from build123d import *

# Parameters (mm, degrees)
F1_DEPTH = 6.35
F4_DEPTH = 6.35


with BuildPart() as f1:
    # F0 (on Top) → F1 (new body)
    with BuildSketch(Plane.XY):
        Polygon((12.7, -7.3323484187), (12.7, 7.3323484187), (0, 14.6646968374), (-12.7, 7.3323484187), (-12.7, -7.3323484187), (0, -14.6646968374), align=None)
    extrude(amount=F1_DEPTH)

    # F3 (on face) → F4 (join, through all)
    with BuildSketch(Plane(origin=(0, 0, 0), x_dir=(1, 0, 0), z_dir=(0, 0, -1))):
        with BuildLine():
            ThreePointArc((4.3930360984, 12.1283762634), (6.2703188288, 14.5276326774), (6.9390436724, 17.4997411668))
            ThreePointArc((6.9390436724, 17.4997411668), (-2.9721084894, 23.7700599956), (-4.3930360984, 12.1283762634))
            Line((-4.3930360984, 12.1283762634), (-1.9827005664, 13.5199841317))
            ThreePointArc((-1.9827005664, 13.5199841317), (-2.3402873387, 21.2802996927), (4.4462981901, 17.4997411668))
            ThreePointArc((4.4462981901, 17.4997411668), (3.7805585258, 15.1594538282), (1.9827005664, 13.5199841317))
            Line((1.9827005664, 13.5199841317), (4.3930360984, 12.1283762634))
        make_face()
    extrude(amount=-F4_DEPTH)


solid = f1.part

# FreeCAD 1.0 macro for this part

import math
import FreeCAD as App
import Part
import Sketcher
Q = App.Units.Quantity

doc = App.newDocument("Part")
body = doc.addObject("PartDesign::Body", "Body")

sketch1 = body.newObject("Sketcher::SketchObject", "Sketch")
sketch1.AttachmentSupport = (doc.getObject("XY_Plane"), [""])
sketch1.MapMode = "FlatFace"
sketch1.addGeometry([
    Part.LineSegment(App.Vector(13, -7, 0), App.Vector(13, 7, 0)),
    Part.LineSegment(App.Vector(13, 7, 0), App.Vector(0, 15, 0)),
    Part.LineSegment(App.Vector(0, 15, 0), App.Vector(-13, 7, 0)),
    Part.LineSegment(App.Vector(-13, 7, 0), App.Vector(-13, -7, 0)),
    Part.LineSegment(App.Vector(-13, -7, 0), App.Vector(0, -15, 0)),
    Part.LineSegment(App.Vector(0, -15, 0), App.Vector(13, -7, 0)),
], False)
sketch1.addConstraint([
    Sketcher.Constraint("Coincident", 0, 2, 1, 1),
    Sketcher.Constraint("Coincident", 1, 2, 2, 1),
    Sketcher.Constraint("Coincident", 2, 2, 3, 1),
    Sketcher.Constraint("Coincident", 3, 2, 4, 1),
    Sketcher.Constraint("Coincident", 4, 2, 5, 1),
    Sketcher.Constraint("Coincident", 5, 2, 0, 1),
    Sketcher.Constraint("Vertical", 0),
    Sketcher.Constraint("Vertical", 3),
    Sketcher.Constraint("Symmetric", 0, 2, 3, 2, -1, 1),
    Sketcher.Constraint("Symmetric", 1, 2, 4, 2, -1, 1),
    Sketcher.Constraint("PointOnObject", 1, 2, -2),
    Sketcher.Constraint("Parallel", 2, 5),
    Sketcher.Constraint("Horizontal", 0, 2, 2, 2),
    Sketcher.Constraint("Angle", 1, Q("150 deg")),
    Sketcher.Constraint("DistanceX", 2, 2, 0, 2, Q("1 in")),
    Sketcher.Constraint("DistanceY", 0, 1, 0, 2, Q("14.664697 mm")),
])
pad1 = body.newObject("PartDesign::Pad", "Pad")
pad1.Profile = sketch1
pad1.Length = Q("0.25 in")

sketch2 = body.newObject("Sketcher::SketchObject", "Sketch001")
sketch2.AttachmentSupport = (doc.getObject("XY_Plane"), [""])
sketch2.MapMode = "FlatFace"
sketch2.addGeometry([
    Part.ArcOfCircle(Part.Circle(App.Vector(0, -17.5, 0), App.Vector(0, 0, 1), 6.9), math.radians(0), math.radians(51)),
    Part.ArcOfCircle(Part.Circle(App.Vector(0, -17.5, 0), App.Vector(0, 0, 1), 6.9), math.radians(129), math.radians(360)),
    Part.LineSegment(App.Vector(-4.4, -12.1, 0), App.Vector(-2, -13.5, 0)),
    Part.ArcOfCircle(Part.Circle(App.Vector(0, -17.5, 0), App.Vector(0, 0, 1), 4.4), math.radians(116), math.radians(360)),
    Part.ArcOfCircle(Part.Circle(App.Vector(0, -17.5, 0), App.Vector(0, 0, 1), 4.4), math.radians(0), math.radians(64)),
    Part.LineSegment(App.Vector(2, -13.5, 0), App.Vector(4.4, -12.1, 0)),
], False)
sketch2.addConstraint([
    Sketcher.Constraint("Tangent", 0, 1, 1, 2),
    Sketcher.Constraint("Coincident", 1, 1, 2, 1),
    Sketcher.Constraint("Coincident", 2, 2, 3, 1),
    Sketcher.Constraint("Tangent", 3, 2, 4, 1),
    Sketcher.Constraint("Coincident", 4, 2, 5, 1),
    Sketcher.Constraint("Coincident", 5, 2, 0, 2),
    Sketcher.Constraint("Coincident", 3, 3, 0, 3),
    Sketcher.Constraint("Equal", 0, 1),
    Sketcher.Constraint("Equal", 3, 4),
    Sketcher.Constraint("Symmetric", 2, 2, 4, 2, -2),
    Sketcher.Constraint("Horizontal", 4, 3, 0, 1),
    Sketcher.Constraint("Horizontal", 0, 1, 3, 2),
    Sketcher.Constraint("Horizontal", 1, 1, 5, 2),
    Sketcher.Constraint("Angle", 2, Q("-30 deg")),
    Sketcher.Constraint("Radius", 3, Q("4.446298 mm")),
    Sketcher.Constraint("Radius", 0, Q("6.939044 mm")),
    Sketcher.Constraint("DistanceX", 2, 2, -1, 1, Q("1.982701 mm")),
    Sketcher.Constraint("DistanceY", 0, 3, -1, 1, Q("17.499741 mm")),
])
pad2 = body.newObject("PartDesign::Pad", "Pad001")
pad2.Profile = sketch2
pad2.Length = Q("0.25 in")

doc.recompute()
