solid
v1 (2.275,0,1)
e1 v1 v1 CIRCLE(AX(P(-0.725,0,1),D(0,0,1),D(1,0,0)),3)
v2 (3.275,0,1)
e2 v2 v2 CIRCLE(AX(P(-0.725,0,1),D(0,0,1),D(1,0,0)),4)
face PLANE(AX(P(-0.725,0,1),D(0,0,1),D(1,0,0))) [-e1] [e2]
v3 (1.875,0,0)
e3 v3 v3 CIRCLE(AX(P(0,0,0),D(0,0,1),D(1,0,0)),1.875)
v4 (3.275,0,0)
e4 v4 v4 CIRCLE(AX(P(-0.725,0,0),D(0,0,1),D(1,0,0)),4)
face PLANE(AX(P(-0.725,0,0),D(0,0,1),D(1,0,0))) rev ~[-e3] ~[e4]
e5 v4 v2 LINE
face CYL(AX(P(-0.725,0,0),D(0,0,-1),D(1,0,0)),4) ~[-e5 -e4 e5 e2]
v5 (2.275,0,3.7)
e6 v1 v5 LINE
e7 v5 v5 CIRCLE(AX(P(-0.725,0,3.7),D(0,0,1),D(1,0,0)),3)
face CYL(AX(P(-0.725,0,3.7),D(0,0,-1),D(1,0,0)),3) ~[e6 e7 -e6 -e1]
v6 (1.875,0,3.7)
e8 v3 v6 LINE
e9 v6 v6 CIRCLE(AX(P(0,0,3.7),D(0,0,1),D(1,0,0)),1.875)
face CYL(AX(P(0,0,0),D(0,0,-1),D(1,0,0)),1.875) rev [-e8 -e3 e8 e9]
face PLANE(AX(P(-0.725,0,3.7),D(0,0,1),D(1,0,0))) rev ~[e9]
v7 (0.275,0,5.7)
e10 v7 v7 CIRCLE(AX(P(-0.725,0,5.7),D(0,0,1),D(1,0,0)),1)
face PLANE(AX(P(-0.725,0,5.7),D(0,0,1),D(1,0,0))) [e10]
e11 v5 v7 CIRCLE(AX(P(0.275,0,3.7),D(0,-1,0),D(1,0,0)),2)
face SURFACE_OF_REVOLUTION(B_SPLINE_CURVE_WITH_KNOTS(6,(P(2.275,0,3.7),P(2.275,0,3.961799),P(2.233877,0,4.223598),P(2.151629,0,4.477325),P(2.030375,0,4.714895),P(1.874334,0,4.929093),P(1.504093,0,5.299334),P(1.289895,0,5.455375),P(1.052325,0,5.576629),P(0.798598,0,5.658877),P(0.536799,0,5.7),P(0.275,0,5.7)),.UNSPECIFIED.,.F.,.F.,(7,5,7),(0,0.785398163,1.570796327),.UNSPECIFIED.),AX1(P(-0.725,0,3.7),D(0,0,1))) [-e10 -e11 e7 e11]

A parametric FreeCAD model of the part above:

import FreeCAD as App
import Part
import Sketcher


def edges_at(feature, points):
    """Names of the edges that pass closest to the given points."""
    edges = feature.Shape.Edges
    near = lambda p: min(range(len(edges)), key=lambda i: edges[i].distToShape(Part.Vertex(*p))[0])
    return sorted({f"Edge{near(p) + 1}" for p in points})

doc = App.newDocument("Part")
body = doc.addObject("PartDesign::Body", "Body")

sketch1 = doc.addObject("Sketcher::SketchObject", "Sketch")
body.addObject(sketch1)
sketch1.AttachmentSupport = (doc.XY_Plane, [""])
sketch1.MapMode = "FlatFace"
sketch1.addGeometry([
    Part.Circle(App.Vector(-0.7, 0, 0), App.Vector(0, 0, 1), 4),
    Part.Circle(App.Vector(-0.7, 0, 0), App.Vector(0, 0, 1), 3),
], False)
sketch1.addConstraint([
    Sketcher.Constraint("Coincident", 1, 3, 0, 3),
    Sketcher.Constraint("PointOnObject", 0, 3, -1),
    Sketcher.Constraint("Diameter", 0, 8.0),
    Sketcher.Constraint("Diameter", 1, 6.0),
    Sketcher.Constraint("DistanceX", 0, 3, -1, 1, 0.725),
])
pad1 = doc.addObject("PartDesign::Pad", "Pad")
body.addObject(pad1)
pad1.Profile = sketch1
pad1.Length = 1

sketch2 = doc.addObject("Sketcher::SketchObject", "Sketch001")
body.addObject(sketch2)
sketch2.AttachmentSupport = (doc.XY_Plane, [""])
sketch2.MapMode = "FlatFace"
sketch2.addGeometry([
    Part.Circle(App.Vector(-0.7, 0, 0), App.Vector(0, 0, 1), 3),
    Part.Circle(App.Vector(0, 0, 0), App.Vector(0, 0, 1), 1.9),
], False)
sketch2.addConstraint([
    Sketcher.Constraint("Coincident", 1, 3, -1, 1),
    Sketcher.Constraint("PointOnObject", 0, 3, -1),
    Sketcher.Constraint("Diameter", 0, 6.0),
    Sketcher.Constraint("Diameter", 1, 3.75),
    Sketcher.Constraint("DistanceX", 0, 3, -1, 1, 0.725),
])
pad2 = doc.addObject("PartDesign::Pad", "Pad001")
body.addObject(pad2)
pad2.Profile = sketch2
pad2.Length = 3.7

sketch3 = doc.addObject("Sketcher::SketchObject", "Sketch002")
body.addObject(sketch3)
sketch3.AttachmentSupport = (doc.XY_Plane, [""])
sketch3.MapMode = "FlatFace"
sketch3.AttachmentOffset = App.Placement(App.Vector(0, 0, 3.7), App.Rotation())
sketch3.addGeometry(Part.Circle(App.Vector(-0.7, 0, 0), App.Vector(0, 0, 1), 3), False)
sketch3.addConstraint([
    Sketcher.Constraint("PointOnObject", 0, 3, -1),
    Sketcher.Constraint("Diameter", 0, 6.0),
    Sketcher.Constraint("DistanceX", 0, 3, -1, 1, 0.725),
])
pad3 = doc.addObject("PartDesign::Pad", "Pad002")
body.addObject(pad3)
pad3.Profile = sketch3
pad3.Length = 2
doc.recompute()

fillet = doc.addObject("PartDesign::Fillet", "Fillet")
body.addObject(fillet)
fillet.Base = (pad3, edges_at(pad3, [(-3.725, 0, 5.7)]))
fillet.Radius = 2

doc.recompute()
········
# ASSIGNED TASK
Restate word for word the entries above from the line with "23.7700599956), (-4.3930360984, 12.1283762634))" through the line with "# FreeCAD 1.0 macro for this part", inclusive, leaving out everything else.

# PROBLEM SOLUTION
            ThreePointArc((6.9390436724, 17.4997411668), (-2.9721084894, 23.7700599956), (-4.3930360984, 12.1283762634))
            Line((-4.3930360984, 12.1283762634), (-1.9827005664, 13.5199841317))
            ThreePointArc((-1.9827005664, 13.5199841317), (-2.3402873387, 21.2802996927), (4.4462981901, 17.4997411668))
            ThreePointArc((4.4462981901, 17.4997411668), (3.7805585258, 15.1594538282), (1.9827005664, 13.5199841317))
            Line((1.9827005664, 13.5199841317), (4.3930360984, 12.1283762634))
        make_face()
    extrude(amount=-F4_DEPTH)


solid = f1.part

# FreeCAD 1.0 macro for this part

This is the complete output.